**WHAT THE EXERCISE ASKS:**
Please give back, word for word, only the lines starting at the one containing "extrude(amount=F1_DEPTH)" and ending at the one containing "extrude(amount=-F3_DEPTH, mode=Mode.SUBTRACT)" within the material below.

**PROVIDED RECORDS:**
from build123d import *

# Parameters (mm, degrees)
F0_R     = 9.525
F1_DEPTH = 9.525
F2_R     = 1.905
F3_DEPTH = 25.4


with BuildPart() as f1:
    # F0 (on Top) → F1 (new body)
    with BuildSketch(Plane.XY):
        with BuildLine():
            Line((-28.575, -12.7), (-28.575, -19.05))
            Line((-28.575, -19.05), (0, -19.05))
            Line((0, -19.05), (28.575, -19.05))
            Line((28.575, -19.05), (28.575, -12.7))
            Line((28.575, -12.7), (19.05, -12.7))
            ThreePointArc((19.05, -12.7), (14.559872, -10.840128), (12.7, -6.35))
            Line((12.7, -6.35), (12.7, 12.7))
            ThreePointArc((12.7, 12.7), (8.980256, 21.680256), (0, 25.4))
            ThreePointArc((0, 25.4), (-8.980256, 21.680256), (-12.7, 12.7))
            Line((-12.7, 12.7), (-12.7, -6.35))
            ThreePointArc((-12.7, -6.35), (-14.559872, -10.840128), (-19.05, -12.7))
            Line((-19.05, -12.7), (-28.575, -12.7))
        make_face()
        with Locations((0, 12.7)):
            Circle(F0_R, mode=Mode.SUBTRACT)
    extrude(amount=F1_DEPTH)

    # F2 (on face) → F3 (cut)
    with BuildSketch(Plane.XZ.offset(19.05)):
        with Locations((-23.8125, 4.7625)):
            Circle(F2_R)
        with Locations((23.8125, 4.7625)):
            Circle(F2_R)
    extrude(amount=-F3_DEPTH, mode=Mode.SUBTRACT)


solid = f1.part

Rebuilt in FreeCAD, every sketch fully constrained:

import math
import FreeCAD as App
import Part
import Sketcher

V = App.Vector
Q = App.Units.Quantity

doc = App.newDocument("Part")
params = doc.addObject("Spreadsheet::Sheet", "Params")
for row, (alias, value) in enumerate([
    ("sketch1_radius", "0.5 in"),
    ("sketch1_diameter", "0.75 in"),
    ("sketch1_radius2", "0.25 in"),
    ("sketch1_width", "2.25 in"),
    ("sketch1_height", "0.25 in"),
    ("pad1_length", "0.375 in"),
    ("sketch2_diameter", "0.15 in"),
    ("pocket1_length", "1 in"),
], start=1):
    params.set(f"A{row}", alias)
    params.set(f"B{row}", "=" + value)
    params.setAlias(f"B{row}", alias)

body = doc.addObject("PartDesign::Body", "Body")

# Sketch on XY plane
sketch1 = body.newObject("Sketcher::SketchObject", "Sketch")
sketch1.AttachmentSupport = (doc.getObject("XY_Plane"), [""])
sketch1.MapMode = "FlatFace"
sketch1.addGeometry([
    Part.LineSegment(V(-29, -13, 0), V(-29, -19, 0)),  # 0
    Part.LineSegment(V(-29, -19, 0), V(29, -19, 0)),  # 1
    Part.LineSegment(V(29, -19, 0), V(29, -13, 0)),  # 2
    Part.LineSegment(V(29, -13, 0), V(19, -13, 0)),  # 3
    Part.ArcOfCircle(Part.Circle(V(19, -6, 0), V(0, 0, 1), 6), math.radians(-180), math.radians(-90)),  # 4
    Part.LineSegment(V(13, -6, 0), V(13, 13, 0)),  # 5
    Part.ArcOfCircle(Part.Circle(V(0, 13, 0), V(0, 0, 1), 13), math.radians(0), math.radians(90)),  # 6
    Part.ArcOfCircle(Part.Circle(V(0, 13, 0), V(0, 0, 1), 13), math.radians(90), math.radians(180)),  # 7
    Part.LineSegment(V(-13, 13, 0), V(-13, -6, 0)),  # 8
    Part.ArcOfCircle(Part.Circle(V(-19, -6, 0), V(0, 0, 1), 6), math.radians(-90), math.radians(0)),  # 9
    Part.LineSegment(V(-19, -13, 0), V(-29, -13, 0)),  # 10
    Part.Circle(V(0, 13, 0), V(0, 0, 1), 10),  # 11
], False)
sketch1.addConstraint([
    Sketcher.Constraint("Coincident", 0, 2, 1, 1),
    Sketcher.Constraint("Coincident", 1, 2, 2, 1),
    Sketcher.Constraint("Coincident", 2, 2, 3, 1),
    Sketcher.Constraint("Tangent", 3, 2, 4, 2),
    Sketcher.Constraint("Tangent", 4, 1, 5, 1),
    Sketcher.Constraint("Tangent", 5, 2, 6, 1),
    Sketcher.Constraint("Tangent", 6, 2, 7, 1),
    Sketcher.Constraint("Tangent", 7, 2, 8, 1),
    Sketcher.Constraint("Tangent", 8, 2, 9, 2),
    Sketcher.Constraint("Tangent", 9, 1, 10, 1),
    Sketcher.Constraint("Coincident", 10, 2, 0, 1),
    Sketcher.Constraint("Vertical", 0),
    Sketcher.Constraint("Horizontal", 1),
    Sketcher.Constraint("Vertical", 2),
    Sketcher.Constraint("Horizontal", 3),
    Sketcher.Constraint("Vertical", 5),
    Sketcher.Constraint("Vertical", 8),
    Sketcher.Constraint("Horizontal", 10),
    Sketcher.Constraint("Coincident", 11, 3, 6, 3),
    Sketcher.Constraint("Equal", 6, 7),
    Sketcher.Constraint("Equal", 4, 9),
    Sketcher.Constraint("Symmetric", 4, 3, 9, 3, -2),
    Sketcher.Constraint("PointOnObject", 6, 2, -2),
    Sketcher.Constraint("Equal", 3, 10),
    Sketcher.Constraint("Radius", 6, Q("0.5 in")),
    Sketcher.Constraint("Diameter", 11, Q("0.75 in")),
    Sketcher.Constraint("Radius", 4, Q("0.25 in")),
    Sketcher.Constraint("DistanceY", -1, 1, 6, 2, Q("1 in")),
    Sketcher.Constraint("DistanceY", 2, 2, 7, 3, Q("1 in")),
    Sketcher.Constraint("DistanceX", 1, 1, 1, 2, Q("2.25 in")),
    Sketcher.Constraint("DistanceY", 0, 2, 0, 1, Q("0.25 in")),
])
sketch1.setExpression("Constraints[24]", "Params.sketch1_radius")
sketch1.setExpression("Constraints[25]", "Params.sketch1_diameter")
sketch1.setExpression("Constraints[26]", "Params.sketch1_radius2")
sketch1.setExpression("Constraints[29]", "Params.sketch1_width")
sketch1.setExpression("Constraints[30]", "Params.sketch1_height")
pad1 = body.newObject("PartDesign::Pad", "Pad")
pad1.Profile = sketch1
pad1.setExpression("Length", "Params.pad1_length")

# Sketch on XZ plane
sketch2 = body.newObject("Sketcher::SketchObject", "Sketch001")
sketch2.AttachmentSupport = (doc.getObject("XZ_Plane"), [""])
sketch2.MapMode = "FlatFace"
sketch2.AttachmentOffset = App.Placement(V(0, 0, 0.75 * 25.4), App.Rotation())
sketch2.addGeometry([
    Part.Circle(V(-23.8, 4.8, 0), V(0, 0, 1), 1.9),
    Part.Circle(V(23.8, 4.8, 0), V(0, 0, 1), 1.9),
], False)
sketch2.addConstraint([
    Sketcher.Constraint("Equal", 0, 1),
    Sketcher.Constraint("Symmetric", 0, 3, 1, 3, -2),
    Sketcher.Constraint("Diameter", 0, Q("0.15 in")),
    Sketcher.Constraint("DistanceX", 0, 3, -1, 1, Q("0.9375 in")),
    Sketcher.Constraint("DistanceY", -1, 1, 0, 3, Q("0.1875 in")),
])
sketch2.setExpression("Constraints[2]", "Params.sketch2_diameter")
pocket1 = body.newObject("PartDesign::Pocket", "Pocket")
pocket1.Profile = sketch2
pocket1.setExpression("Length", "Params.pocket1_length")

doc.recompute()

--

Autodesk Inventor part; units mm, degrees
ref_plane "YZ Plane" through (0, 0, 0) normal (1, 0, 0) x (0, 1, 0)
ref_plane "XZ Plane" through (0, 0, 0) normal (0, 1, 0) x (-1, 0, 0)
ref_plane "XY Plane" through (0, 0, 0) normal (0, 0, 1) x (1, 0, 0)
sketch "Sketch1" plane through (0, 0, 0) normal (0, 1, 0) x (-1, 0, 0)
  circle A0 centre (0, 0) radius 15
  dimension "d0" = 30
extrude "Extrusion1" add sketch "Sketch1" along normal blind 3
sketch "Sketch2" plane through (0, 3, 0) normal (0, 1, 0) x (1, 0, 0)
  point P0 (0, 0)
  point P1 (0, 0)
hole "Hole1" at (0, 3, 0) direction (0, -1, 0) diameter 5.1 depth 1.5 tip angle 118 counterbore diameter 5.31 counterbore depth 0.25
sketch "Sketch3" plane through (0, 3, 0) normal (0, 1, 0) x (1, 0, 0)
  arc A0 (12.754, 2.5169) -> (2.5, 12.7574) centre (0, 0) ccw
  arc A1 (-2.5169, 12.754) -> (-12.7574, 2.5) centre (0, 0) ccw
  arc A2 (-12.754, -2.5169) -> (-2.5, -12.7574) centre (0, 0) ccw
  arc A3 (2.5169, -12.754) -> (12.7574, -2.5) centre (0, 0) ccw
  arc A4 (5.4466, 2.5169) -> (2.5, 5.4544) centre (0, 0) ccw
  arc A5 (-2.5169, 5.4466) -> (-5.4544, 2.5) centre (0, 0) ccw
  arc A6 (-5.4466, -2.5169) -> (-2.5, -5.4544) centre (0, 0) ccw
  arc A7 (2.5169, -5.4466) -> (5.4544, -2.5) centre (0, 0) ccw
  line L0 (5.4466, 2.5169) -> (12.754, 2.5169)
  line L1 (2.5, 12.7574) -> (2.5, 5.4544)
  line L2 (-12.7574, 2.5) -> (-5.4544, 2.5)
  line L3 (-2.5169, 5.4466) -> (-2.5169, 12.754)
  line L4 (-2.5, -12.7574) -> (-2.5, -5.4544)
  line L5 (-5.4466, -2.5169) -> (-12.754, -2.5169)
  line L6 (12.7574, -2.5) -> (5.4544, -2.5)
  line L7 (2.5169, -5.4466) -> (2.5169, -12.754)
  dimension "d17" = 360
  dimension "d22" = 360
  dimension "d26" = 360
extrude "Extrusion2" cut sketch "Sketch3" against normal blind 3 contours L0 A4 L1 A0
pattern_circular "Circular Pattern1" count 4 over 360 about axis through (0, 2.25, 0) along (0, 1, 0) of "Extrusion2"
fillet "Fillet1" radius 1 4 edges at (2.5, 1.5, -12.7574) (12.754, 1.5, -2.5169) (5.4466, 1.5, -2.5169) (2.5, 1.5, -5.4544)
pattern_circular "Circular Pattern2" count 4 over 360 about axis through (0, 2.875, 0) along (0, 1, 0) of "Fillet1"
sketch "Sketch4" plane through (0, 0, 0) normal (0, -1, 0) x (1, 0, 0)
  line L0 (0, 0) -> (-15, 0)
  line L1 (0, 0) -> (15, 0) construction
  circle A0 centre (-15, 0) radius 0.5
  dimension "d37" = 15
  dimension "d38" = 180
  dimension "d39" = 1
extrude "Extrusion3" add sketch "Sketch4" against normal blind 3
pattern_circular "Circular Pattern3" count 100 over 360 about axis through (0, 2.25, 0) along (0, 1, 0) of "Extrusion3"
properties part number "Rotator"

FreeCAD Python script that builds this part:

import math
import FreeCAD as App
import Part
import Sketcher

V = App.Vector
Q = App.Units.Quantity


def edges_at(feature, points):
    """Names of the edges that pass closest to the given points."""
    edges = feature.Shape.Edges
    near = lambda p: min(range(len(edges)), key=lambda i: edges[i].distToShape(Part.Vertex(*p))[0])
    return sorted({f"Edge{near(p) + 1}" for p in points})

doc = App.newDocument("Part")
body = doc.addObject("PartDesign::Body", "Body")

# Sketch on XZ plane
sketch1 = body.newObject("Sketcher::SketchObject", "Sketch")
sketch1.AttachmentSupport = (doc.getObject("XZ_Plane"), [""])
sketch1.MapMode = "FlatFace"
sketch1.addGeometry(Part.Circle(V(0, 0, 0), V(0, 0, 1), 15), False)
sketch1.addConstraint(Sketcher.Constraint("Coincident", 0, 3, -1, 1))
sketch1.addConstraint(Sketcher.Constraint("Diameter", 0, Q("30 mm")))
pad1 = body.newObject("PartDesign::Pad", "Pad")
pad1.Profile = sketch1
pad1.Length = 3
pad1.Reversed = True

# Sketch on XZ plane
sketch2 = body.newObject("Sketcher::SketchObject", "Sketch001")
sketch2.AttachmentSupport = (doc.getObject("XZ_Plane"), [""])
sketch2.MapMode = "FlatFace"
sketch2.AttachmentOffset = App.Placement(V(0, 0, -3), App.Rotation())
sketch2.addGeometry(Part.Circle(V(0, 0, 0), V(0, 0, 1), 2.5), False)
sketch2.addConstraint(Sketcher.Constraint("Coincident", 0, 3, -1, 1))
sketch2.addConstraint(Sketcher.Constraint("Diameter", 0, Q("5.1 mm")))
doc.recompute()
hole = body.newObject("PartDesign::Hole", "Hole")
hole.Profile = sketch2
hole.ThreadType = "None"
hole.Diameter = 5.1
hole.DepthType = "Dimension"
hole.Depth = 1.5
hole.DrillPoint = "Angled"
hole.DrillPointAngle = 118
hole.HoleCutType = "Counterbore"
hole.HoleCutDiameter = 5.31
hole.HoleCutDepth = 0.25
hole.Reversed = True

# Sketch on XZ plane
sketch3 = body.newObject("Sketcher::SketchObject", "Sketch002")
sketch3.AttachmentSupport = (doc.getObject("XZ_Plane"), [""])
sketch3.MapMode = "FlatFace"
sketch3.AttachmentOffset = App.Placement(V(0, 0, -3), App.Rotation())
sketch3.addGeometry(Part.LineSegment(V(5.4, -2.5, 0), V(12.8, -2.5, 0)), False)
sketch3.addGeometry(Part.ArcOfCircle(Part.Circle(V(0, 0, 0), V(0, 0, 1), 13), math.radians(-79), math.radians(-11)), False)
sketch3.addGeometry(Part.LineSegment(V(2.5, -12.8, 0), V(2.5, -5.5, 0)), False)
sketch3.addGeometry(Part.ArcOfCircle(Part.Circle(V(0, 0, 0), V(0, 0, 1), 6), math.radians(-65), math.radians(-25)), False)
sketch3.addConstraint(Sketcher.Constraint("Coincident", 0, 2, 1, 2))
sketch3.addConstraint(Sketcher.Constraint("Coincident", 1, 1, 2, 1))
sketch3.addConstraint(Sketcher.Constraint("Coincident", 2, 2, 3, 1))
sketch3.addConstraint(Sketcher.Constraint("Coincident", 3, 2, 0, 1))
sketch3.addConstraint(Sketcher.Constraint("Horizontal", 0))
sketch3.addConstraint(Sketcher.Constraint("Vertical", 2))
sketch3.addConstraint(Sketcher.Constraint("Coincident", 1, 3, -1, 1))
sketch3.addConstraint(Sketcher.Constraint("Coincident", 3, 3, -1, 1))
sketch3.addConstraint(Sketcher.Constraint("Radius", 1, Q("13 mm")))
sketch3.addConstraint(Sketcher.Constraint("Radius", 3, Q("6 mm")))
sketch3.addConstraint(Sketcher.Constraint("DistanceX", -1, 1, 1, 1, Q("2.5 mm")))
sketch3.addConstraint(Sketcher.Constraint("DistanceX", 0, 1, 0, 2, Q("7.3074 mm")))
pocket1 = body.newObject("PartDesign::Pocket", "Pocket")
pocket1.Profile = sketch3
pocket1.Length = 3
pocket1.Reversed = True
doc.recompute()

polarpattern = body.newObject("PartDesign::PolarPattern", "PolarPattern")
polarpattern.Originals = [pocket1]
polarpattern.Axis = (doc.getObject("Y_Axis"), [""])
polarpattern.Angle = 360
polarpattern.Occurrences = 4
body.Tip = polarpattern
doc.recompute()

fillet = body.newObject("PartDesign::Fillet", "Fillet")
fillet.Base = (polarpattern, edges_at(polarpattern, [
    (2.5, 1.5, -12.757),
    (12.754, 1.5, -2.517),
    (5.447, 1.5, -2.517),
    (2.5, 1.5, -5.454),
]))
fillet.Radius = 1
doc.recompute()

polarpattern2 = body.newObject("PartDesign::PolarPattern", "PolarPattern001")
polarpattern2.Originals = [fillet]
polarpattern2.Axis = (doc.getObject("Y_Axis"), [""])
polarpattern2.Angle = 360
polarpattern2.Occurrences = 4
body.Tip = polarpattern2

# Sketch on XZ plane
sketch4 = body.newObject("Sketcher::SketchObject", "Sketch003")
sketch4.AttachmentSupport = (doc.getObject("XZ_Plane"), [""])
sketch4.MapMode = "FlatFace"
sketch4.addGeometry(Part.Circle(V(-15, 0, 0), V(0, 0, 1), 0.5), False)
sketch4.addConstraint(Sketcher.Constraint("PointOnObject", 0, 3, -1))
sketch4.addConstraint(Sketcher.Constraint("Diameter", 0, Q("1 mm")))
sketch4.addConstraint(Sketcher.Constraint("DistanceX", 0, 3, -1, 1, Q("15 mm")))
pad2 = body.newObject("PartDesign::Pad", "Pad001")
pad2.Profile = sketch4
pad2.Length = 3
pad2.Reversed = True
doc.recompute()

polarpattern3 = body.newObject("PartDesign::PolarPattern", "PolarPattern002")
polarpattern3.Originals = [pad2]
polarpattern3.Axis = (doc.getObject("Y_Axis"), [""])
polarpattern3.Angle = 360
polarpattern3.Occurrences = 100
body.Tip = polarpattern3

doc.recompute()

**SOLUTION TO THE EXERCISE:**
    extrude(amount=F1_DEPTH)

    # F2 (on face) → F3 (cut)
    with BuildSketch(Plane.XZ.offset(19.05)):
        with Locations((-23.8125, 4.7625)):
            Circle(F2_R)
        with Locations((23.8125, 4.7625)):
            Circle(F2_R)
    extrude(amount=-F3_DEPTH, mode=Mode.SUBTRACT)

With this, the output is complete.